Bollmann: Erfolg Österreichs bei der Verteilung der EU-Fördermittel zum Ausbau der transeuropäischen Netze

TEN-Realisierung stärkt nicht nur den Wirtschaftsstandort Österreich, sondern auch den Wirtschaftsstandort Europäische Union

Wien (PWK443) - "Österreich hat bei der Verteilung der EU-Fördermittel zum Ausbau der transeuropäischen Netze (TEN) erfolgreich verhandelt", kommentierte heute Harald Bollmann, Obmann der Bundessparte Transport und Verkehr der Wirtschaftskammer Österreich, die Veröffentlichung des Expertenberichtes der hochrangigen Gruppe rund um Karel van Miert. "Sechs Projekte in Österreich könnten bis zum Jahre 2020 von der EU gefördert werden. Dies würde zu einer stärkeren Vernetzung mit den Kandidatenländern führen, was zu einer Stärkung des Wirtschaftsstandortes Österreich beitragen könnte."

Die Vizepräsidentin der EU-Kommission Loyola de Palacio hat Anfang dieses Jahres eine hochrangige Gruppe unter Vorsitz des ehemaligen Vizepräsidenten der Kommission Karel van Miert eingesetzt, die der Kommission bei der Erstellung eines Vorschlages zur grundlegenden Überarbeitung der Leitlinien für das transeuropäische Verkehrsnetz zur Seite stehen soll.
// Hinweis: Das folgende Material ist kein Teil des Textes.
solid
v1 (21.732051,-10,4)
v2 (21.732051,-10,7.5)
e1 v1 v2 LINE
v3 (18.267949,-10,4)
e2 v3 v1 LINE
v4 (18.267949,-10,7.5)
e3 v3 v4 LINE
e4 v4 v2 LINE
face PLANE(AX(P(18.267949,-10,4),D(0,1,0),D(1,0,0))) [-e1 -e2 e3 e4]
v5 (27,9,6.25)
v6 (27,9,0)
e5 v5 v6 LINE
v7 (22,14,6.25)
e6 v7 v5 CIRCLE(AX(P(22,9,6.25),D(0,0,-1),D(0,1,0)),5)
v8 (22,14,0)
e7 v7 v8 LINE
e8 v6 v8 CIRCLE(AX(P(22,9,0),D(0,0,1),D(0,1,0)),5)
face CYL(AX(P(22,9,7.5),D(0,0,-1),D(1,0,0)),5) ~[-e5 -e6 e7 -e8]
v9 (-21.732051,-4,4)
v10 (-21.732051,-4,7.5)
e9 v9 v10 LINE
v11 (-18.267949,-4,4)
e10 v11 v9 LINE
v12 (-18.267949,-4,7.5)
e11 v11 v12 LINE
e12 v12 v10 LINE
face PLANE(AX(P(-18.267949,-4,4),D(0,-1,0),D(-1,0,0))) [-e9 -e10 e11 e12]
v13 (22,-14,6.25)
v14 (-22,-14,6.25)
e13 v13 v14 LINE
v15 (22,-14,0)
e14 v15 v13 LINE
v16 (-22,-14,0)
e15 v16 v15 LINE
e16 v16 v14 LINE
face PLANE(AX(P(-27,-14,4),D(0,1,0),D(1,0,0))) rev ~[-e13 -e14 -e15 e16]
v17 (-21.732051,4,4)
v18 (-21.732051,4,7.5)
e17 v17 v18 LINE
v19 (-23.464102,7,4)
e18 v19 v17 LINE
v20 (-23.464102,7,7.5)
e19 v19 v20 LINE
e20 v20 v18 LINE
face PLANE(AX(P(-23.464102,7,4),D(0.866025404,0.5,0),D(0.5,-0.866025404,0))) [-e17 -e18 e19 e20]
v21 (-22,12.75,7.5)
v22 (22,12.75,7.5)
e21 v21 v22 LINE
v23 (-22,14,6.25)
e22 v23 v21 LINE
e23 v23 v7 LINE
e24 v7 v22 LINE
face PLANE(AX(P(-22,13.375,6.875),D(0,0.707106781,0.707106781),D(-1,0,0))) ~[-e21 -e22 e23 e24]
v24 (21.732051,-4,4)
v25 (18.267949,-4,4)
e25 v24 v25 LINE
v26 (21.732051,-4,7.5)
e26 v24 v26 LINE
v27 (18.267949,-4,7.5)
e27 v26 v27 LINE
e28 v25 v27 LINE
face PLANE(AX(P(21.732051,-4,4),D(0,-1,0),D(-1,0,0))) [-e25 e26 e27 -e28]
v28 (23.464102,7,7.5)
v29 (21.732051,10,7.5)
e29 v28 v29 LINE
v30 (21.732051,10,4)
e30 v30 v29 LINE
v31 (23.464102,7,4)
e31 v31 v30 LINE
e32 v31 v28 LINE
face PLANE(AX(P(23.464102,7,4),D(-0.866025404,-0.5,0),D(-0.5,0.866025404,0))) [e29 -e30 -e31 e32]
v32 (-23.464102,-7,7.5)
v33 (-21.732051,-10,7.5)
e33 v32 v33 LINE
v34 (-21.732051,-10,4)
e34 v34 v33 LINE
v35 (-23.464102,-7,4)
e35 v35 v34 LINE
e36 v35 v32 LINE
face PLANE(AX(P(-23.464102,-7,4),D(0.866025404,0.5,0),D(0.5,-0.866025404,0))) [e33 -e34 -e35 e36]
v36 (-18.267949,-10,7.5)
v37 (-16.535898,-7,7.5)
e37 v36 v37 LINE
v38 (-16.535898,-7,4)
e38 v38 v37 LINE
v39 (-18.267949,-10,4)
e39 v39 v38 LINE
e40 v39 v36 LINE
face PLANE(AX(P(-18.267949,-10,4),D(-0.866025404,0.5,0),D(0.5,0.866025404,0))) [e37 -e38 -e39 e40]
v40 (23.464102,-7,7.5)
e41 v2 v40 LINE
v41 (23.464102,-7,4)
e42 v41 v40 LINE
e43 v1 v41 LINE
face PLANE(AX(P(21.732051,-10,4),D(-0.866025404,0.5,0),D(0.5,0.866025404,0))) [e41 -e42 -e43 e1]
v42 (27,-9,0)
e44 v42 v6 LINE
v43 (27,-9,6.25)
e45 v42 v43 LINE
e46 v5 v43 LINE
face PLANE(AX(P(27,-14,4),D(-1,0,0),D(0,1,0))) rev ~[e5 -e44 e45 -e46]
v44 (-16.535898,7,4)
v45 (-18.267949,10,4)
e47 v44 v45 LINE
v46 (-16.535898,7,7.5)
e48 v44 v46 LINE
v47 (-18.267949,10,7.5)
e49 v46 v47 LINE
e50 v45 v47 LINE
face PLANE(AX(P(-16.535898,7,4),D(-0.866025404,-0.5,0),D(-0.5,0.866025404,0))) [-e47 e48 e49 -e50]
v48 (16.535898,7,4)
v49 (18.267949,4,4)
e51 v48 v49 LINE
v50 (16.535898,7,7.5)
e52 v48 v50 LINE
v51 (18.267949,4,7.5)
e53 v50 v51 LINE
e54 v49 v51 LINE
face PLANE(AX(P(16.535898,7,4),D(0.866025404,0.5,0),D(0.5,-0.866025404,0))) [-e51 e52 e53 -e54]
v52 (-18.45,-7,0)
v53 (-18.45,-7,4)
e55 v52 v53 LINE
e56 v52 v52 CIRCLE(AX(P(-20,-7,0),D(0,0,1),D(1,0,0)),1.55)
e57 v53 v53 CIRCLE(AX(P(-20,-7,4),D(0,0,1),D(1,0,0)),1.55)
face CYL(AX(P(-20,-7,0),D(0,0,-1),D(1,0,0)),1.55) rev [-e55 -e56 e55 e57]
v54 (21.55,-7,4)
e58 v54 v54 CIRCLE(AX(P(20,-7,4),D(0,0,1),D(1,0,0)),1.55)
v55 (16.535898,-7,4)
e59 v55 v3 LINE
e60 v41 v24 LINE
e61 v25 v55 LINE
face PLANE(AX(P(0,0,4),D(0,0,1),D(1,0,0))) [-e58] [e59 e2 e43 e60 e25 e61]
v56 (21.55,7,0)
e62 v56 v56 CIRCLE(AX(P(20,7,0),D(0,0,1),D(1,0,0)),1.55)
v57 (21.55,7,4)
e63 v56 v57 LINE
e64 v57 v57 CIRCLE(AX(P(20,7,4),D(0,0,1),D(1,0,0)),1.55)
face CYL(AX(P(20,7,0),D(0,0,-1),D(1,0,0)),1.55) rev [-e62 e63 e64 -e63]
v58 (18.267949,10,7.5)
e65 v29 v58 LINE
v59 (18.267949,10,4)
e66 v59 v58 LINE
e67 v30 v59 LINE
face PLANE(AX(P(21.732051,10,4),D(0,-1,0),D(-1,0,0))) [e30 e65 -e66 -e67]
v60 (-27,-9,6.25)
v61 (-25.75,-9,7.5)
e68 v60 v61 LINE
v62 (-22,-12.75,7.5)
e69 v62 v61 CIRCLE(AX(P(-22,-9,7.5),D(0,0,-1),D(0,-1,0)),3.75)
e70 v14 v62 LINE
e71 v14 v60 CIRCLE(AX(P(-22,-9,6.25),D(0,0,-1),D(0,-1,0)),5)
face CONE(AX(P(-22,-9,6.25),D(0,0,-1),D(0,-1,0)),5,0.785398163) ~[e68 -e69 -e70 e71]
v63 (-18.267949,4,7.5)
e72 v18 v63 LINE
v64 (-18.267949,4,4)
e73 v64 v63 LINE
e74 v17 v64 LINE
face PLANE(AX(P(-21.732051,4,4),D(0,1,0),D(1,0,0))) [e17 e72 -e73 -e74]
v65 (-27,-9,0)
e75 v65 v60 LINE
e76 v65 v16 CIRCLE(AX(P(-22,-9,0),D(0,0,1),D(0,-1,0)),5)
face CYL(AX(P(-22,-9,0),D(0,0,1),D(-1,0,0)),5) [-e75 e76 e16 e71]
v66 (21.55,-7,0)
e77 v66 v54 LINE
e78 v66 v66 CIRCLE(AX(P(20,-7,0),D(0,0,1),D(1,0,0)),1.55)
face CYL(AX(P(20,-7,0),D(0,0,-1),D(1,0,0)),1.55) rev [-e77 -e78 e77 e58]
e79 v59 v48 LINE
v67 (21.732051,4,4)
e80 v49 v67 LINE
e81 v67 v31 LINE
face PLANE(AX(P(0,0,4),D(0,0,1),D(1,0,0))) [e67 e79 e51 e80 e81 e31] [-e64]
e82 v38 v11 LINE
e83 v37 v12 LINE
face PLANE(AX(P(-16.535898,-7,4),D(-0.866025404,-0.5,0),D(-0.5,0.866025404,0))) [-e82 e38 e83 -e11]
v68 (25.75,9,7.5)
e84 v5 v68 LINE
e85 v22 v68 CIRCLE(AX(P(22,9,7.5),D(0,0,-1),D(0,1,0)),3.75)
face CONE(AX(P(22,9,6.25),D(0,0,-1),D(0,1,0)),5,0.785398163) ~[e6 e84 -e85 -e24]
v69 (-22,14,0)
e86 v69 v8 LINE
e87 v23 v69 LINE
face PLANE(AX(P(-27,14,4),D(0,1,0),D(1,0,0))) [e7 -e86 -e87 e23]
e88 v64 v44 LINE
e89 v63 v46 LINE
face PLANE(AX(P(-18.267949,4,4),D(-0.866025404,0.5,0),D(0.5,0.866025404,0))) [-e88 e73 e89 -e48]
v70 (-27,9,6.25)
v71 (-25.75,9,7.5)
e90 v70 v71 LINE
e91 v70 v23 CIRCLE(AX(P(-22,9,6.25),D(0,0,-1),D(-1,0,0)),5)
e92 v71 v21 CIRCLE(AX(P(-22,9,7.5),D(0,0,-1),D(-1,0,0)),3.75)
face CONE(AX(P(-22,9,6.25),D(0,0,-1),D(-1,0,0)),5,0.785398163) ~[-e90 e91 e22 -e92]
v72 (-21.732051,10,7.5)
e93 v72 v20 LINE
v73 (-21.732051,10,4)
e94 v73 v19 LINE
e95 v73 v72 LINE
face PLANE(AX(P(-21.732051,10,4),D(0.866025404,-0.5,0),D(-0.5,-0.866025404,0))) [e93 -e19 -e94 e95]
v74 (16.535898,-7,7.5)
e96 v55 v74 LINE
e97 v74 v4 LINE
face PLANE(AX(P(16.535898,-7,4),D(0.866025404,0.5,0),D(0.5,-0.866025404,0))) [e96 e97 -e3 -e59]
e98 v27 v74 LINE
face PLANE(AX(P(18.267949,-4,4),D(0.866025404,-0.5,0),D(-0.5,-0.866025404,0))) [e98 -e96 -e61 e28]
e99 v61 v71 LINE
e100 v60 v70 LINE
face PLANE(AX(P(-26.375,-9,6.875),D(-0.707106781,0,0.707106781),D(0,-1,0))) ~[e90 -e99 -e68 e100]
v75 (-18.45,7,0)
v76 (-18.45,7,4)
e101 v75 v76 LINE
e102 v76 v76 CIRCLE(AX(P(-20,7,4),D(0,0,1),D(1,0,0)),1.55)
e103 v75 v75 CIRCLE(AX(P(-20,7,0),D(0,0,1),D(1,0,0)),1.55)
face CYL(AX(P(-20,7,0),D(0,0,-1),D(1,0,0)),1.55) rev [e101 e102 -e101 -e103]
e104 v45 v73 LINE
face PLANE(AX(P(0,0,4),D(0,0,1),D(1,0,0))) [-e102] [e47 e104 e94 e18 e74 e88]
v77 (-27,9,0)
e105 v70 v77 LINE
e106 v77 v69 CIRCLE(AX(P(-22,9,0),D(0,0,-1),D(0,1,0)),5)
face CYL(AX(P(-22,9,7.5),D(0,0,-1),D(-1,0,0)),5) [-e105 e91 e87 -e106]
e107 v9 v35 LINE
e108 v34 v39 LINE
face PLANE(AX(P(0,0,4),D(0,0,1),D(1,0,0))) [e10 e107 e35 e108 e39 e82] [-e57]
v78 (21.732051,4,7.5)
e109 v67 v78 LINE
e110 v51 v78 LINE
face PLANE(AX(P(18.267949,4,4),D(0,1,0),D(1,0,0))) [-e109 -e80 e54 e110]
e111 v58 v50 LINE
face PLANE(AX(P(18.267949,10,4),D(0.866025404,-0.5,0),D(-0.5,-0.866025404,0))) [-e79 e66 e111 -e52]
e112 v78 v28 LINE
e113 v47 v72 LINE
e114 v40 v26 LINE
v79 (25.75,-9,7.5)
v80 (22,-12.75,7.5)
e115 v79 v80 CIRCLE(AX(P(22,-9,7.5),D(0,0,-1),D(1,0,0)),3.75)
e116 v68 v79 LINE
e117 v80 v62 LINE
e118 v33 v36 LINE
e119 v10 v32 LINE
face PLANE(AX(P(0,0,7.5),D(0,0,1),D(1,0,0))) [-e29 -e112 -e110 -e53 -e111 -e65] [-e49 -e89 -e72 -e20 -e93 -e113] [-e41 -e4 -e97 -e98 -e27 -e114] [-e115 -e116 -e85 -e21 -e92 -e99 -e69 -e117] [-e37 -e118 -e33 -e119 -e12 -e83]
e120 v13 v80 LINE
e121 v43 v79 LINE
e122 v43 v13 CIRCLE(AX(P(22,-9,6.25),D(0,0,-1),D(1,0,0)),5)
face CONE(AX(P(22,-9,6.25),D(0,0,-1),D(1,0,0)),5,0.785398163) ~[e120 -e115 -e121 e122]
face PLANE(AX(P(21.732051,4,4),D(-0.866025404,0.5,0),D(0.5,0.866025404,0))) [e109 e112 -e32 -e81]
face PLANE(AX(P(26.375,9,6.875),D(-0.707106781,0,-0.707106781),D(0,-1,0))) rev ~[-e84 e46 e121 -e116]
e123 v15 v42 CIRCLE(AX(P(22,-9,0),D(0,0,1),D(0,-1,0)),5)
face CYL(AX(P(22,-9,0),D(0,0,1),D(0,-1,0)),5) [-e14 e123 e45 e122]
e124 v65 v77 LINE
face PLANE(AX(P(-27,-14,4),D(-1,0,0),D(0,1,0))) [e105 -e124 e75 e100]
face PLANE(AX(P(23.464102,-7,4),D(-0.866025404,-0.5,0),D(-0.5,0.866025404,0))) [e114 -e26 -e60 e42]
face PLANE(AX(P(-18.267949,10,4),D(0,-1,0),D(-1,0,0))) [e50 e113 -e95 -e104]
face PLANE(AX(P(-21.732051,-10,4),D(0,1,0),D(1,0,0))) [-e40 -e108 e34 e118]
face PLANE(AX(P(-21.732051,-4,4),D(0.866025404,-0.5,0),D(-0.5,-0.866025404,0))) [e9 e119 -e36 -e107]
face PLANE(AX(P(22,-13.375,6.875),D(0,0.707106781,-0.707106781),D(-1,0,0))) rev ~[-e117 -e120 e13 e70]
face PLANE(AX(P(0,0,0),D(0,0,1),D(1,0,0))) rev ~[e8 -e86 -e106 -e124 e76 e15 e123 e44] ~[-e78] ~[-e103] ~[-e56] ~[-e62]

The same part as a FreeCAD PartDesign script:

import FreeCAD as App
import Part
import Sketcher
from FreeCAD import Vector
Q = App.Units.Quantity


def edges_at(feature, points):
    """Names of the edges that pass closest to the given points."""
    edges = feature.Shape.Edges
    near = lambda p: min(range(len(edges)), key=lambda i: edges[i].distToShape(Part.Vertex(*p))[0])
    return sorted({f"Edge{near(p) + 1}" for p in points})


def add_polygon(sketch, points):
    """Adds a closed chain of lines whose ends are joined by coincident constraints."""
    first, n = sketch.GeometryCount, len(points)
    for a, b in zip(points, points[1:] + points[:1]):
        sketch.addGeometry(Part.LineSegment(App.Vector(*a, 0), App.Vector(*b, 0)), False)
    for i in range(n):
        sketch.addConstraint(Sketcher.Constraint("Coincident", first + i, 2, first + (i + 1) % n, 1))

doc = App.newDocument("Part")
params = doc.addObject("Spreadsheet::Sheet", "Params")
for row, (alias, value) in enumerate([
    ("sketch1_diameter", "3.1 mm"),
    ("sketch1_width", "54 mm"),
    ("sketch1_height", "28 mm"),
    ("pad1_length", "4 mm"),
    ("sketch2_width", "54 mm"),
    ("sketch2_height", "28 mm"),
    ("pad2_length", "3.5 mm"),
    ("fillet_radius", "5 mm"),
    ("chamfer_size", "1.25 mm"),
], start=1):
    params.set(f"A{row}", alias)
    params.set(f"B{row}", "=" + value)
    params.setAlias(f"B{row}", alias)

body = doc.addObject("PartDesign::Body", "Body")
Beim informellen Rat von Neapel am 4. und 5. Juli wird nun diese Liste den EU-Verkehrsministern präsentiert. Rat und Parlament müssen dann diesem Kommissionsvorschlag noch zustimmen. Insgesamt hat die EU-Kommission von insgesamt 100 eingereichten Projekten nur 18 als prioritär ausgewählt. Das gesamte Bauvolumen wird auf 235 Mrd Euro geschätzt; jenes in Österreich auf etwa 10,4 Mrd Euro. Die EU übernimmt nach derzeitigem Stand bis zu 10 % der Finanzierung.

Größtes Projekt auf heimischen Boden ist der Westbahnausbau bis 2012. Erwartungsgemäß gefördert wird auch der Brennerbasistunnel bis 2015. Ebenfalls bis 2015 soll die Strecke Wien - Ödenburg als Teil der Verbindung Sofia - Budapest - Wien - Prag - Nürnberg finanziell unterstützt werden. Die Erweiterung und die Beseitigung von Engpässen auf der Verbindung Rhein - Main - Donau sollen ebenfalls bis 2015 abgeschlossen und von der EU gefördert werden.
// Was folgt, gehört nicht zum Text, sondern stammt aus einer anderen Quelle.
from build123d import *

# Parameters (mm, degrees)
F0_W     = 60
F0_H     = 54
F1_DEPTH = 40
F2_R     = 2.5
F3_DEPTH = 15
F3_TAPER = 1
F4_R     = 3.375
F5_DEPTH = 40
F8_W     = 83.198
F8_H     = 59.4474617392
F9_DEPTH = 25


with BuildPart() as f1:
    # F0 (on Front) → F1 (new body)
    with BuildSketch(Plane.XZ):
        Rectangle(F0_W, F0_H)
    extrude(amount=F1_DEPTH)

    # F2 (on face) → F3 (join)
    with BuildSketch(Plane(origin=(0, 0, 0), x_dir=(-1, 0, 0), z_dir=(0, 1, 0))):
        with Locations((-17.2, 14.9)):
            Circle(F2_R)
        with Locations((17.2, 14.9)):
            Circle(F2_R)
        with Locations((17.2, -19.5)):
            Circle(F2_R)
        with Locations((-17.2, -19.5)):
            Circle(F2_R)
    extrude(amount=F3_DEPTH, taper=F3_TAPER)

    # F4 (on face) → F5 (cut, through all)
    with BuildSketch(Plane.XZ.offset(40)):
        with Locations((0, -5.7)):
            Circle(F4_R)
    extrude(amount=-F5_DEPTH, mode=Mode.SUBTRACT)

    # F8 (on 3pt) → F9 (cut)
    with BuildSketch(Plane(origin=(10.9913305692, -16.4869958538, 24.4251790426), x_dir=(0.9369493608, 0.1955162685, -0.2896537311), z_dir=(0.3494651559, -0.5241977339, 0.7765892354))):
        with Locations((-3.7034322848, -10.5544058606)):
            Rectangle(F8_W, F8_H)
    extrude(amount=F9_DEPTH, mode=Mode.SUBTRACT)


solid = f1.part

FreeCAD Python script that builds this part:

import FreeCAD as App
import Part
import Sketcher
Q = App.Units.Quantity


def add_polygon(sketch, points):
    """Adds a closed chain of lines whose ends are joined by coincident constraints."""
    first, n = sketch.GeometryCount, len(points)
    for a, b in zip(points, points[1:] + points[:1]):
        sketch.addGeometry(Part.LineSegment(App.Vector(*a, 0), App.Vector(*b, 0)), False)
    for i in range(n):
        sketch.addConstraint(Sketcher.Constraint("Coincident", first + i, 2, first + (i + 1) % n, 1))

doc = App.newDocument("Part")
params = doc.addObject("Spreadsheet::Sheet", "Params")
for row, (alias, value) in enumerate([
    ("sketch1_width", "60 mm"),
    ("sketch1_height", "54 mm"),
    ("pad1_length", "40 mm"),
    ("sketch2_diameter", "5 mm"),
    ("pad2_length", "15 mm"),
    ("pad2_taper", "-1 deg"),
    ("sketch3_diameter", "6.75 mm"),
    ("pocket2_length", "25 mm"),
], start=1):
    params.set(f"A{row}", alias)
    params.set(f"B{row}", "=" + value)
    params.setAlias(f"B{row}", alias)

body = doc.addObject("PartDesign::Body", "Body")

sketch1 = body.newObject("Sketcher::SketchObject", "Sketch")
sketch1.AttachmentSupport = (doc.getObject("XZ_Plane"), [""])
sketch1.MapMode = "FlatFace"
add_polygon(sketch1, [(-30, 27), (-30, -27), (30, -27), (30, 27)])
sketch1.addConstraint([
    Sketcher.Constraint("Vertical", 0),
    Sketcher.Constraint("Horizontal", 1),
    Sketcher.Constraint("Vertical", 2),
    Sketcher.Constraint("Horizontal", 3),
    Sketcher.Constraint("Symmetric", 0, 2, 2, 2, -1, 1),
    Sketcher.Constraint("DistanceX", 1, 1, 1, 2, Q("60 mm")),
    Sketcher.Constraint("DistanceY", 0, 2, 0, 1, Q("54 mm")),
])
sketch1.setExpression("Constraints[9]", "Params.sketch1_width")
sketch1.setExpression("Constraints[10]", "Params.sketch1_height")
pad1 = body.newObject("PartDesign::Pad", "Pad")
pad1.Profile = sketch1
pad1.setExpression("Length", "Params.pad1_length")

sketch2 = body.newObject("Sketcher::SketchObject", "Sketch001")
sketch2.AttachmentSupport = (doc.getObject("XZ_Plane"), [""])
sketch2.MapMode = "FlatFace"
sketch2.addGeometry([
    Part.Circle(App.Vector(17.2, 14.9, 0), App.Vector(0, 0, 1), 2.5),
    Part.Circle(App.Vector(-17.2, 14.9, 0), App.Vector(0, 0, 1), 2.5),
    Part.Circle(App.Vector(-17.2, -19.5, 0), App.Vector(0, 0, 1), 2.5),
    Part.Circle(App.Vector(17.2, -19.5, 0), App.Vector(0, 0, 1), 2.5),
], False)
sketch2.addConstraint([
    Sketcher.Constraint("Equal", 0, 1),
    Sketcher.Constraint("Equal", 1, 2),
    Sketcher.Constraint("Equal", 2, 3),
    Sketcher.Constraint("Symmetric", 0, 3, 1, 3, -2),
    Sketcher.Constraint("Symmetric", 2, 3, 3, 3, -2),
    Sketcher.Constraint("Vertical", 1, 3, 2, 3),
    Sketcher.Constraint("Diameter", 0, Q("5 mm")),
    Sketcher.Constraint("DistanceX", -1, 1, 0, 3, Q("17.2 mm")),
    Sketcher.Constraint("DistanceY", -1, 1, 0, 3, Q("14.9 mm")),
    Sketcher.Constraint("DistanceY", 2, 3, -1, 1, Q("19.5 mm")),
])
sketch2.setExpression("Constraints[6]", "Params.sketch2_diameter")
pad2 = body.newObject("PartDesign::Pad", "Pad001")
pad2.Profile = sketch2
pad2.setExpression("Length", "Params.pad2_length")
pad2.Reversed = True
pad2.setExpression("TaperAngle", "Params.pad2_taper")

sketch3 = body.newObject("Sketcher::SketchObject", "Sketch002")
sketch3.AttachmentSupport = (doc.getObject("XZ_Plane"), [""])
sketch3.MapMode = "FlatFace"
sketch3.AttachmentOffset = App.Placement(App.Vector(0, 0, 40), App.Rotation())
sketch3.addGeometry(Part.Circle(App.Vector(0, -5.7, 0), App.Vector(0, 0, 1), 3.4), False)
sketch3.addConstraint([
    Sketcher.Constraint("PointOnObject", 0, 3, -2),
    Sketcher.Constraint("Diameter", 0, Q("6.75 mm")),
    Sketcher.Constraint("DistanceY", 0, 3, -1, 1, Q("5.7 mm")),
])
sketch3.setExpression("Constraints[1]", "Params.sketch3_diameter")
pocket1 = body.newObject("PartDesign::Pocket", "Pocket")
pocket1.Profile = sketch3
pocket1.Type = "ThroughAll"

sketch4 = body.newObject("Sketcher::SketchObject", "Sketch003")
sketch4.Placement = App.Placement(App.Vector(10.991331, -16.486996, 24.425179), App.Rotation(App.Vector(0.936949361, 0.195516269, -0.289653731), App.Vector(0, 0.828848674, 0.559472855), App.Vector(0.349465156, -0.524197734, 0.776589235), "ZXY"))
add_polygon(sketch4, [(-45, 19), (-45, -40), (38, -40), (38, 19)])
sketch4.addConstraint([
    Sketcher.Constraint("Vertical", 0),
    Sketcher.Constraint("Horizontal", 1),
    Sketcher.Constraint("Vertical", 2),
    Sketcher.Constraint("Horizontal", 3),
    Sketcher.Constraint("DistanceX", 1, 1, 1, 2, Q("83.198 mm")),
    Sketcher.Constraint("DistanceY", 0, 2, 0, 1, Q("59.447462 mm")),
    Sketcher.Constraint("DistanceX", 0, 2, -1, 1, Q("45.302432 mm")),
    Sketcher.Constraint("DistanceY", 0, 2, -1, 1, Q("40.278137 mm")),
])
pocket2 = body.newObject("PartDesign::Pocket", "Pocket001")
pocket2.Profile = sketch4
pocket2.setExpression("Length", "Params.pocket2_length")
pocket2.Reversed = True

doc.recompute()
"Der Aufbau geeigneter Verkehrsinfrastrukturen ist der Schlüssel zum Erfolg des Binnenmarktes und auch der Wettbewerbsfähigkeit der um die Kandidatenländer erweiterten Europäischen Union. Geeignete Verkehrsinfrastrukturen ziehen auch Investoren in die Europäische Union und fördern dadurch die dynamische Weiterentwicklung der EU", stellte Bollmann abschließend fest. (Ne)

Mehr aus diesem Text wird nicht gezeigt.